Acclaimed pianist/composer Vijay Iyer guests on "You Can Take a Myth," sprinkling stark sustained treble tones and abstract harmonies on top of fat processed bass (played by Hard) as the composition unfolds. John Medeski (of Medeski Martin & Wood) underlays organ chords and blues phraseology to perfection on "Banacek" and works atmospheric magic with mellotron, counterposing Hard's evocative balafon samples, on "Club Pythagorean," one of two tracks included on the bonus 12-inch 45rpm EP. (The other, "Dominion," was created with DJ Olive.)

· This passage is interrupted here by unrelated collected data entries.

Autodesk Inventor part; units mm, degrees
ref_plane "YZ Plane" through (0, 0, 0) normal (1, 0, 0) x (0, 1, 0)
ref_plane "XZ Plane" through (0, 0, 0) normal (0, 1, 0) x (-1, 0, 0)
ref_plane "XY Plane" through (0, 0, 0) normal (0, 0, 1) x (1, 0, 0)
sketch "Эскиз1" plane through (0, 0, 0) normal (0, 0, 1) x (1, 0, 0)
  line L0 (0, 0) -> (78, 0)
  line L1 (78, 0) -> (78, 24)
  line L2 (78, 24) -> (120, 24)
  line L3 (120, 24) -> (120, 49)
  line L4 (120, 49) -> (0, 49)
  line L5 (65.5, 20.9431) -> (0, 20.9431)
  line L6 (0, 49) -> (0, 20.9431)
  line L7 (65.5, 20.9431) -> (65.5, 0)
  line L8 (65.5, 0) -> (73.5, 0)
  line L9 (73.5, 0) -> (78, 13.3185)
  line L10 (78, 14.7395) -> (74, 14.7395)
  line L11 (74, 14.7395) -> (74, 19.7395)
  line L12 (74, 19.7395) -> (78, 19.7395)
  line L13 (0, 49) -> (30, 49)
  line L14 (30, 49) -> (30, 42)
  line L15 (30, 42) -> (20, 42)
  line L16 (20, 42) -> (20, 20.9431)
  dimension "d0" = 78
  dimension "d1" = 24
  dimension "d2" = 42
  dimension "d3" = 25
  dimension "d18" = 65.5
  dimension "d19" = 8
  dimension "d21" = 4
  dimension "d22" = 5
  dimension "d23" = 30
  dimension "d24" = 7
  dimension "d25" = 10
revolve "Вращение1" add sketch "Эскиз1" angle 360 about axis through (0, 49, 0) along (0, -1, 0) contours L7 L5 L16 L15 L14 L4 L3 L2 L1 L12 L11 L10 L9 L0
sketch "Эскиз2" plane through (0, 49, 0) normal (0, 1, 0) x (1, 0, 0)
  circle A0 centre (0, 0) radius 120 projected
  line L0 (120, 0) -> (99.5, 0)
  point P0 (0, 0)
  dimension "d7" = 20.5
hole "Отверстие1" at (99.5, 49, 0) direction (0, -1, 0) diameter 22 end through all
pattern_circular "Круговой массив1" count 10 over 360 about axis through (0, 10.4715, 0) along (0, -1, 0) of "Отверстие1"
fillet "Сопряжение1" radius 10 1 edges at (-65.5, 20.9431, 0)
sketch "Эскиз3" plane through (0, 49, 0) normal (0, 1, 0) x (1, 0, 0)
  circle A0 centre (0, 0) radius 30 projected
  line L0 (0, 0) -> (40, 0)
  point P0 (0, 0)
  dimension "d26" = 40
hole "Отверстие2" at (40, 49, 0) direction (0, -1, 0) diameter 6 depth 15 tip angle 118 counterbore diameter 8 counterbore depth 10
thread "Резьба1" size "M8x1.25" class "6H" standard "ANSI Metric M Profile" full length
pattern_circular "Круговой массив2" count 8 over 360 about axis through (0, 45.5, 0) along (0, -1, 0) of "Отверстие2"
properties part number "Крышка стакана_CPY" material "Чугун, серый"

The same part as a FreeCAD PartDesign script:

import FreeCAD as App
import Part
import Sketcher
from FreeCAD import Vector
Q = App.Units.Quantity


def edges_at(feature, points):
    """Names of the edges that pass closest to the given points."""
    edges = feature.Shape.Edges
    near = lambda p: min(range(len(edges)), key=lambda i: edges[i].distToShape(Part.Vertex(*p))[0])
    return sorted({f"Edge{near(p) + 1}" for p in points})


def add_polygon(sketch, points):
    """Adds a closed chain of lines whose ends are joined by coincident constraints."""
    first, n = sketch.GeometryCount, len(points)
    for a, b in zip(points, points[1:] + points[:1]):
        sketch.addGeometry(Part.LineSegment(App.Vector(*a, 0), App.Vector(*b, 0)), False)
    for i in range(n):
        sketch.addConstraint(Sketcher.Constraint("Coincident", first + i, 2, first + (i + 1) % n, 1))

doc = App.newDocument("Part")
body = doc.addObject("PartDesign::Body", "Body")

sketch1 = body.newObject("Sketcher::SketchObject", "Sketch")
sketch1.AttachmentSupport = (doc.getObject("XY_Plane"), [""])
sketch1.MapMode = "FlatFace"
add_polygon(sketch1, [(65.5, 20.9431), (65.5, 0), (73.5, 0), (78, 13.3185), (78, 14.7395), (74, 14.7395), (74, 19.7395), (78, 19.7395), (78, 24), (120, 24), (120, 49), (30, 49), (30, 42), (20, 42), (20, 20.9431)])
sketch1.addConstraint([
    Sketcher.Constraint("Vertical", 0),
    Sketcher.Constraint("Horizontal", 1),
    Sketcher.Constraint("Vertical", 3),
    Sketcher.Constraint("Horizontal", 4),
    Sketcher.Constraint("Vertical", 5),
    Sketcher.Constraint("Horizontal", 6),
    Sketcher.Constraint("Vertical", 7),
    Sketcher.Constraint("Horizontal", 8),
    Sketcher.Constraint("Vertical", 9),
    Sketcher.Constraint("Horizontal", 10),
    Sketcher.Constraint("Vertical", 11),
    Sketcher.Constraint("Horizontal", 12),
    Sketcher.Constraint("Vertical", 13),
    Sketcher.Constraint("Horizontal", 14),
    Sketcher.Constraint("PointOnObject", 0, 2, -1),
    Sketcher.Constraint("Vertical", 3, 2, 6, 2),
    Sketcher.Constraint("DistanceX", 1, 1, 1, 2, 8.0),
    Sketcher.Constraint("DistanceX", 4, 2, 4, 1, 4.0),
    Sketcher.Constraint("DistanceX", 8, 1, 8, 2, 42.0),
    Sketcher.Constraint("DistanceX", 12, 2, 12, 1, 10.0),
    Sketcher.Constraint("DistanceY", 5, 1, 5, 2, 5.0),
    Sketcher.Constraint("DistanceY", 9, 1, 9, 2, 25.0),
    Sketcher.Constraint("DistanceY", 11, 2, 11, 1, 7.0),
    Sketcher.Constraint("DistanceX", -1, 1, 2, 2, 78.0),
    Sketcher.Constraint("DistanceY", -1, 1, 7, 2, 24.0),
    Sketcher.Constraint("DistanceX", -1, 1, 10, 2, 30.0),
    Sketcher.Constraint("DistanceX", -1, 1, 0, 2, 65.5),
    Sketcher.Constraint("Angle", 2, Q("71.3311 deg")),
    Sketcher.Constraint("DistanceY", 0, 2, 0, 1, 20.943),
    Sketcher.Constraint("DistanceY", 3, 1, 3, 2, 1.421),
])
revolution = body.newObject("PartDesign::Revolution", "Revolution")
revolution.Profile = sketch1
revolution.ReferenceAxis = (sketch1, ["V_Axis"])
revolution.Angle = 360

sketch2 = body.newObject("Sketcher::SketchObject", "Sketch001")
sketch2.AttachmentSupport = (doc.getObject("XZ_Plane"), [""])
sketch2.MapMode = "FlatFace"
sketch2.AttachmentOffset = App.Placement(Vector(0, 0, -49), App.Rotation())
sketch2.addGeometry(Part.Circle(Vector(99.5, 0, 0), Vector(0, 0, 1), 11), False)
sketch2.addConstraint([
    Sketcher.Constraint("PointOnObject", 0, 3, -1),
    Sketcher.Constraint("Diameter", 0, 22.0),
    Sketcher.Constraint("DistanceX", -1, 1, 0, 3, 99.5),
])
doc.recompute()
hole = body.newObject("PartDesign::Hole", "Hole")
hole.Profile = sketch2
hole.ThreadType = "None"
hole.Diameter = 22
hole.DepthType = "ThroughAll"
hole.Reversed = True
doc.recompute()

polarpattern = body.newObject("PartDesign::PolarPattern", "PolarPattern")
polarpattern.Originals = [hole]
polarpattern.Axis = (doc.getObject("Y_Axis"), [""])
polarpattern.Angle = 360
polarpattern.Occurrences = 10
body.Tip = polarpattern
doc.recompute()

fillet = body.newObject("PartDesign::Fillet", "Fillet")
fillet.Base = (polarpattern, edges_at(polarpattern, [(-65.5, 20.943, 0)]))
fillet.Radius = 10

sketch3 = body.newObject("Sketcher::SketchObject", "Sketch002")
sketch3.AttachmentSupport = (doc.getObject("XZ_Plane"), [""])
sketch3.MapMode = "FlatFace"
sketch3.AttachmentOffset = App.Placement(Vector(0, 0, -49), App.Rotation())
sketch3.addGeometry(Part.Circle(Vector(40, 0, 0), Vector(0, 0, 1), 3), False)
sketch3.addConstraint([
    Sketcher.Constraint("PointOnObject", 0, 3, -1),
    Sketcher.Constraint("Diameter", 0, 6.0),
    Sketcher.Constraint("DistanceX", -1, 1, 0, 3, 40.0),
])
doc.recompute()
hole2 = body.newObject("PartDesign::Hole", "Hole001")
hole2.Profile = sketch3
hole2.ThreadType = "None"
hole2.Diameter = 6
hole2.DepthType = "Dimension"
hole2.Depth = 15
hole2.DrillPoint = "Angled"
hole2.DrillPointAngle = 118
hole2.HoleCutType = "Counterbore"
hole2.HoleCutDiameter = 8
hole2.HoleCutDepth = 10
hole2.Reversed = True
doc.recompute()

polarpattern2 = body.newObject("PartDesign::PolarPattern", "PolarPattern001")
polarpattern2.Originals = [hole2]
polarpattern2.Axis = (doc.getObject("Y_Axis"), [""])
polarpattern2.Angle = 360
polarpattern2.Occurrences = 8
body.Tip = polarpattern2

doc.recompute()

With each offering, and certainly with The Hard Way and its rich electro-acoustic groove canvas, Bernstein and crew evince a modernizing impulse but also an equally strong foundation in the roots of jazz and American song. Their immersion in a wide range of contemporary music is consistent with Bernstein's own chameleonic experience alongside Lou Reed, Levon Helm, Hal Willner, Sam Rivers, Bernie Worrell, Henry Butler, U2, Little Feat and a host of other legends (all of it feeding the pan-genre worldview of Bernstein's Millennial Territory Orchestra, heard to stunning effect on its four-volume 2022 opus Community Music). Funky, bluesy, with a tattered dissonance conjured up by Krauss' throaty saxophone tone, the distinctive wail of Bernstein's rare horn and the swagger of Scherr and Wollesen's rhythm section grind, Sexmob continues to chart new paths in 21st -century creative music.